• Task prompt: Every line of the data below should be written out word for word.

──────────────────────────────

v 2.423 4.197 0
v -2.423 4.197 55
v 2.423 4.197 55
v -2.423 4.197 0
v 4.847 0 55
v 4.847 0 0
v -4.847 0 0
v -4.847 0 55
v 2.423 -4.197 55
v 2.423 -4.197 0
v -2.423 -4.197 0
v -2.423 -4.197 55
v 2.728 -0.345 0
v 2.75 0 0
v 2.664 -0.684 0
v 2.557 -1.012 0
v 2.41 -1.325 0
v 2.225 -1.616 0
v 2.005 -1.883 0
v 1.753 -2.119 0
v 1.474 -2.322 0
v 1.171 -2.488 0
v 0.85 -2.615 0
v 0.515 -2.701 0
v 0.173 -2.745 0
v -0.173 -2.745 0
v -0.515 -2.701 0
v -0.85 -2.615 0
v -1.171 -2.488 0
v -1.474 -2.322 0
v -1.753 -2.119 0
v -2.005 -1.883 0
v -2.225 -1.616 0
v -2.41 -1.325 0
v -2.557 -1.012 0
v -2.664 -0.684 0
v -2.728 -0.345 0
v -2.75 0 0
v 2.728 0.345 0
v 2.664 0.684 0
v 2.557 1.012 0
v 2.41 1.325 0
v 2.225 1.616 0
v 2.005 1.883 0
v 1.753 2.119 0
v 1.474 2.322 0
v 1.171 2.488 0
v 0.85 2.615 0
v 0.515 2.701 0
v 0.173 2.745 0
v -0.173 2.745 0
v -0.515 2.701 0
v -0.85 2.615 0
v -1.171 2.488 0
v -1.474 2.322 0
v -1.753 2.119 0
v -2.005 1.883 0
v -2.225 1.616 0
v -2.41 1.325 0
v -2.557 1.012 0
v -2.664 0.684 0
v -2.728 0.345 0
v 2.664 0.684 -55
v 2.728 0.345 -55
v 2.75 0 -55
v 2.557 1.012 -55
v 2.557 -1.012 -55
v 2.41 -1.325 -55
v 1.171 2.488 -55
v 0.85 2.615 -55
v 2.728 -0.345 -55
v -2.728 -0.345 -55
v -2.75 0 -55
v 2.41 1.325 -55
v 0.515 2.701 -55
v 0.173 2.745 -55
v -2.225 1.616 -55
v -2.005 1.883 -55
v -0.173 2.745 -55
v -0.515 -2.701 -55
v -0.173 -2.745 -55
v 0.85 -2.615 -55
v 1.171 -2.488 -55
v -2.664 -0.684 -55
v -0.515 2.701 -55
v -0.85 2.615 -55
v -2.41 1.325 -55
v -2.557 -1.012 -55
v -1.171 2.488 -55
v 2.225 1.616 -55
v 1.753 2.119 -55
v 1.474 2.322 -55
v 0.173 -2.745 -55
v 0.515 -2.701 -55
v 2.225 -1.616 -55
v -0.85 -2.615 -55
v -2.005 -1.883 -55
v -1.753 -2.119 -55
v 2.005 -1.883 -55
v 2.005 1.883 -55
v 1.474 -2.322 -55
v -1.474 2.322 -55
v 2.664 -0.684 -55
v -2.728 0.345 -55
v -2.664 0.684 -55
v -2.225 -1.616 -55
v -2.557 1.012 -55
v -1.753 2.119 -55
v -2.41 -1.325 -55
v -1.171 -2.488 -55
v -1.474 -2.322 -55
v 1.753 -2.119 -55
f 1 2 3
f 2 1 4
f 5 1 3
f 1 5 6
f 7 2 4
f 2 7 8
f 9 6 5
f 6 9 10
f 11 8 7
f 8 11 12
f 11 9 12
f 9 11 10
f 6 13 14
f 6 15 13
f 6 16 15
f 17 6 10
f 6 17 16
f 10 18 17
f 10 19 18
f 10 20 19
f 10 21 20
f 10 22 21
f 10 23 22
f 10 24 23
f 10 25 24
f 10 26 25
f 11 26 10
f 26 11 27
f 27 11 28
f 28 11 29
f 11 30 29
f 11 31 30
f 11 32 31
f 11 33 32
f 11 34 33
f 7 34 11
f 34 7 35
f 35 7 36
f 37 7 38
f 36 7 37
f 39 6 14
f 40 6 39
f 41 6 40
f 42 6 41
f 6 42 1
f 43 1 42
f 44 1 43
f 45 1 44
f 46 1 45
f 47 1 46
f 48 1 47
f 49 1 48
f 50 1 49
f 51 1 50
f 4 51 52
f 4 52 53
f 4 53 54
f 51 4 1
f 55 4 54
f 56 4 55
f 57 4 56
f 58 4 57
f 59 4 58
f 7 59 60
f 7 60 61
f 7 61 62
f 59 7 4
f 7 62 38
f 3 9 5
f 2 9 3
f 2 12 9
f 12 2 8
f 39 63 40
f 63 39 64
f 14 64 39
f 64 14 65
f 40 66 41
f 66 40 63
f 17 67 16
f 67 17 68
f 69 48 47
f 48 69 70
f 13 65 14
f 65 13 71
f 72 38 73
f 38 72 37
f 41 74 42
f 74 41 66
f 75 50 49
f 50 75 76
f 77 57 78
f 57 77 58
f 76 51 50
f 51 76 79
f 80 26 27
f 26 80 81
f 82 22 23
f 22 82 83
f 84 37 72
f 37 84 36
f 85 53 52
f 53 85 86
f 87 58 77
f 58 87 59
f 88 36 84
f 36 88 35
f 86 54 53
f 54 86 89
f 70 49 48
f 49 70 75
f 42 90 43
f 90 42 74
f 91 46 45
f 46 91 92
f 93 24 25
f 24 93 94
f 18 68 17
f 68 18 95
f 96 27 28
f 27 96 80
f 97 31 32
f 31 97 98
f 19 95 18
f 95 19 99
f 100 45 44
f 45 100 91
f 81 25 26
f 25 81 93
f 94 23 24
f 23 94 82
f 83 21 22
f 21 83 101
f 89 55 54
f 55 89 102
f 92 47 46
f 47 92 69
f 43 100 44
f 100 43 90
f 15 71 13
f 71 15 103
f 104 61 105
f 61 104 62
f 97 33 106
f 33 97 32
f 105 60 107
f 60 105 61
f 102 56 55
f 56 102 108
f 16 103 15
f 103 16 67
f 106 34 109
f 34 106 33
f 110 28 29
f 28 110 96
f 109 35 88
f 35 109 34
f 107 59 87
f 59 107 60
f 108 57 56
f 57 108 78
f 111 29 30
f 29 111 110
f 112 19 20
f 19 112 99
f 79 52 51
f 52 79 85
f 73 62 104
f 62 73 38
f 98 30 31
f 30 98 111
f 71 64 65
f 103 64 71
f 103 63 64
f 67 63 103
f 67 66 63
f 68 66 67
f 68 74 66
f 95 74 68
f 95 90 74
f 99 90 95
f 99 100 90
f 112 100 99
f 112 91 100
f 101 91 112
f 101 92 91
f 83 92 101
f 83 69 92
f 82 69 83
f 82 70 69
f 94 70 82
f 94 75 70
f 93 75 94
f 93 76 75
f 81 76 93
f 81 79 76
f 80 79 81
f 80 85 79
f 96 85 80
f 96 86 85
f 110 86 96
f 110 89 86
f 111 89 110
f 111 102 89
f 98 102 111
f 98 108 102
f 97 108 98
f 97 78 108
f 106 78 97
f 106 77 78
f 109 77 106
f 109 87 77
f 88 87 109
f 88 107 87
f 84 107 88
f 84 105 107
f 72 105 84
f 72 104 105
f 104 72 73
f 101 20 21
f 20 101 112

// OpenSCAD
$fn = 50;


difference() {
	union() {
		linear_extrude(height = 55) {
			polygon(points = [[4.8468000000, 0.0000000000], [2.4234000000, 4.1974519271], [-2.4234000000, 4.1974519271], [-4.8468000000, 0.0000000000], [-2.4234000000, -4.1974519271], [2.4234000000, -4.1974519271]]);
		}
		translate(v = [0, 0, -55]) {
			cylinder(h = 55, r = 2.7500000000);
		}
	}
	union();
}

──────────────────────────────

• Written reply:
v 2.423 4.197 0
v -2.423 4.197 55
v 2.423 4.197 55
v -2.423 4.197 0
v 4.847 0 55
v 4.847 0 0
v -4.847 0 0
v -4.847 0 55
v 2.423 -4.197 55
v 2.423 -4.197 0
v -2.423 -4.197 0
v -2.423 -4.197 55
v 2.728 -0.345 0
v 2.75 0 0
v 2.664 -0.684 0
v 2.557 -1.012 0
v 2.41 -1.325 0
v 2.225 -1.616 0
v 2.005 -1.883 0
v 1.753 -2.119 0
v 1.474 -2.322 0
v 1.171 -2.488 0
v 0.85 -2.615 0
v 0.515 -2.701 0
v 0.173 -2.745 0
v -0.173 -2.745 0
v -0.515 -2.701 0
v -0.85 -2.615 0
v -1.171 -2.488 0
v -1.474 -2.322 0
v -1.753 -2.119 0
v -2.005 -1.883 0
v -2.225 -1.616 0
v -2.41 -1.325 0
v -2.557 -1.012 0
v -2.664 -0.684 0
v -2.728 -0.345 0
v -2.75 0 0
v 2.728 0.345 0
v 2.664 0.684 0
v 2.557 1.012 0
v 2.41 1.325 0
v 2.225 1.616 0
v 2.005 1.883 0
v 1.753 2.119 0
v 1.474 2.322 0
v 1.171 2.488 0
v 0.85 2.615 0
v 0.515 2.701 0
v 0.173 2.745 0
v -0.173 2.745 0
v -0.515 2.701 0
v -0.85 2.615 0
v -1.171 2.488 0
v -1.474 2.322 0
v -1.753 2.119 0
v -2.005 1.883 0
v -2.225 1.616 0
v -2.41 1.325 0
v -2.557 1.012 0
v -2.664 0.684 0
v -2.728 0.345 0
v 2.664 0.684 -55
v 2.728 0.345 -55
v 2.75 0 -55
v 2.557 1.012 -55
v 2.557 -1.012 -55
v 2.41 -1.325 -55
v 1.171 2.488 -55
v 0.85 2.615 -55
v 2.728 -0.345 -55
v -2.728 -0.345 -55
v -2.75 0 -55
v 2.41 1.325 -55
v 0.515 2.701 -55
v 0.173 2.745 -55
v -2.225 1.616 -55
v -2.005 1.883 -55
v -0.173 2.745 -55
v -0.515 -2.701 -55
v -0.173 -2.745 -55
v 0.85 -2.615 -55
v 1.171 -2.488 -55
v -2.664 -0.684 -55
v -0.515 2.701 -55
v -0.85 2.615 -55
v -2.41 1.325 -55
v -2.557 -1.012 -55
v -1.171 2.488 -55
v 2.225 1.616 -55
v 1.753 2.119 -55
v 1.474 2.322 -55
v 0.173 -2.745 -55
v 0.515 -2.701 -55
v 2.225 -1.616 -55
v -0.85 -2.615 -55
v -2.005 -1.883 -55
v -1.753 -2.119 -55
v 2.005 -1.883 -55
v 2.005 1.883 -55
v 1.474 -2.322 -55
v -1.474 2.322 -55
v 2.664 -0.684 -55
v -2.728 0.345 -55
v -2.664 0.684 -55
v -2.225 -1.616 -55
v -2.557 1.012 -55
v -1.753 2.119 -55
v -2.41 -1.325 -55
v -1.171 -2.488 -55
v -1.474 -2.322 -55
v 1.753 -2.119 -55
f 1 2 3
f 2 1 4
f 5 1 3
f 1 5 6
f 7 2 4
f 2 7 8
f 9 6 5
f 6 9 10
f 11 8 7
f 8 11 12
f 11 9 12
f 9 11 10
f 6 13 14
f 6 15 13
f 6 16 15
f 17 6 10
f 6 17 16
f 10 18 17
f 10 19 18
f 10 20 19
f 10 21 20
f 10 22 21
f 10 23 22
f 10 24 23
f 10 25 24
f 10 26 25
f 11 26 10
f 26 11 27
f 27 11 28
f 28 11 29
f 11 30 29
f 11 31 30
f 11 32 31
f 11 33 32
f 11 34 33
f 7 34 11
f 34 7 35
f 35 7 36
f 37 7 38
f 36 7 37
f 39 6 14
f 40 6 39
f 41 6 40
f 42 6 41
f 6 42 1
f 43 1 42
f 44 1 43
f 45 1 44
f 46 1 45
f 47 1 46
f 48 1 47
f 49 1 48
f 50 1 49
f 51 1 50
f 4 51 52
f 4 52 53
f 4 53 54
f 51 4 1
f 55 4 54
f 56 4 55
f 57 4 56
f 58 4 57
f 59 4 58
f 7 59 60
f 7 60 61
f 7 61 62
f 59 7 4
f 7 62 38
f 3 9 5
f 2 9 3
f 2 12 9
f 12 2 8
f 39 63 40
f 63 39 64
f 14 64 39
f 64 14 65
f 40 66 41
f 66 40 63
f 17 67 16
f 67 17 68
f 69 48 47
f 48 69 70
f 13 65 14
f 65 13 71
f 72 38 73
f 38 72 37
f 41 74 42
f 74 41 66
f 75 50 49
f 50 75 76
f 77 57 78
f 57 77 58
f 76 51 50
f 51 76 79
f 80 26 27
f 26 80 81
f 82 22 23
f 22 82 83
f 84 37 72
f 37 84 36
f 85 53 52
f 53 85 86
f 87 58 77
f 58 87 59
f 88 36 84
f 36 88 35
f 86 54 53
f 54 86 89
f 70 49 48
f 49 70 75
f 42 90 43
f 90 42 74
f 91 46 45
f 46 91 92
f 93 24 25
f 24 93 94
f 18 68 17
f 68 18 95
f 96 27 28
f 27 96 80
f 97 31 32
f 31 97 98
f 19 95 18
f 95 19 99
f 100 45 44
f 45 100 91
f 81 25 26
f 25 81 93
f 94 23 24
f 23 94 82
f 83 21 22
f 21 83 101
f 89 55 54
f 55 89 102
f 92 47 46
f 47 92 69
f 43 100 44
f 100 43 90
f 15 71 13
f 71 15 103
f 104 61 105
f 61 104 62
f 97 33 106
f 33 97 32
f 105 60 107
f 60 105 61
f 102 56 55
f 56 102 108
f 16 103 15
f 103 16 67
f 106 34 109
f 34 106 33
f 110 28 29
f 28 110 96
f 109 35 88
f 35 109 34
f 107 59 87
f 59 107 60
f 108 57 56
f 57 108 78
f 111 29 30
f 29 111 110
f 112 19 20
f 19 112 99
f 79 52 51
f 52 79 85
f 73 62 104
f 62 73 38
f 98 30 31
f 30 98 111
f 71 64 65
f 103 64 71
f 103 63 64
f 67 63 103
f 67 66 63
f 68 66 67
f 68 74 66
f 95 74 68
f 95 90 74
f 99 90 95
f 99 100 90
f 112 100 99
f 112 91 100
f 101 91 112
f 101 92 91
f 83 92 101
f 83 69 92
f 82 69 83
f 82 70 69
f 94 70 82
f 94 75 70
f 93 75 94
f 93 76 75
f 81 76 93
f 81 79 76
f 80 79 81
f 80 85 79
f 96 85 80
f 96 86 85
f 110 86 96
f 110 89 86
f 111 89 110
f 111 102 89
f 98 102 111
f 98 108 102
f 97 108 98
f 97 78 108
f 106 78 97
f 106 77 78
f 109 77 106
f 109 87 77
f 88 87 109
f 88 107 87
f 84 107 88
f 84 105 107
f 72 105 84
f 72 104 105
f 104 72 73
f 101 20 21
f 20 101 112

// OpenSCAD
$fn = 50;


difference() {
	union() {
		linear_extrude(height = 55) {
			polygon(points = [[4.8468000000, 0.0000000000], [2.4234000000, 4.1974519271], [-2.4234000000, 4.1974519271], [-4.8468000000, 0.0000000000], [-2.4234000000, -4.1974519271], [2.4234000000, -4.1974519271]]);
		}
		translate(v = [0, 0, -55]) {
			cylinder(h = 55, r = 2.7500000000);
		}
	}
	union();
}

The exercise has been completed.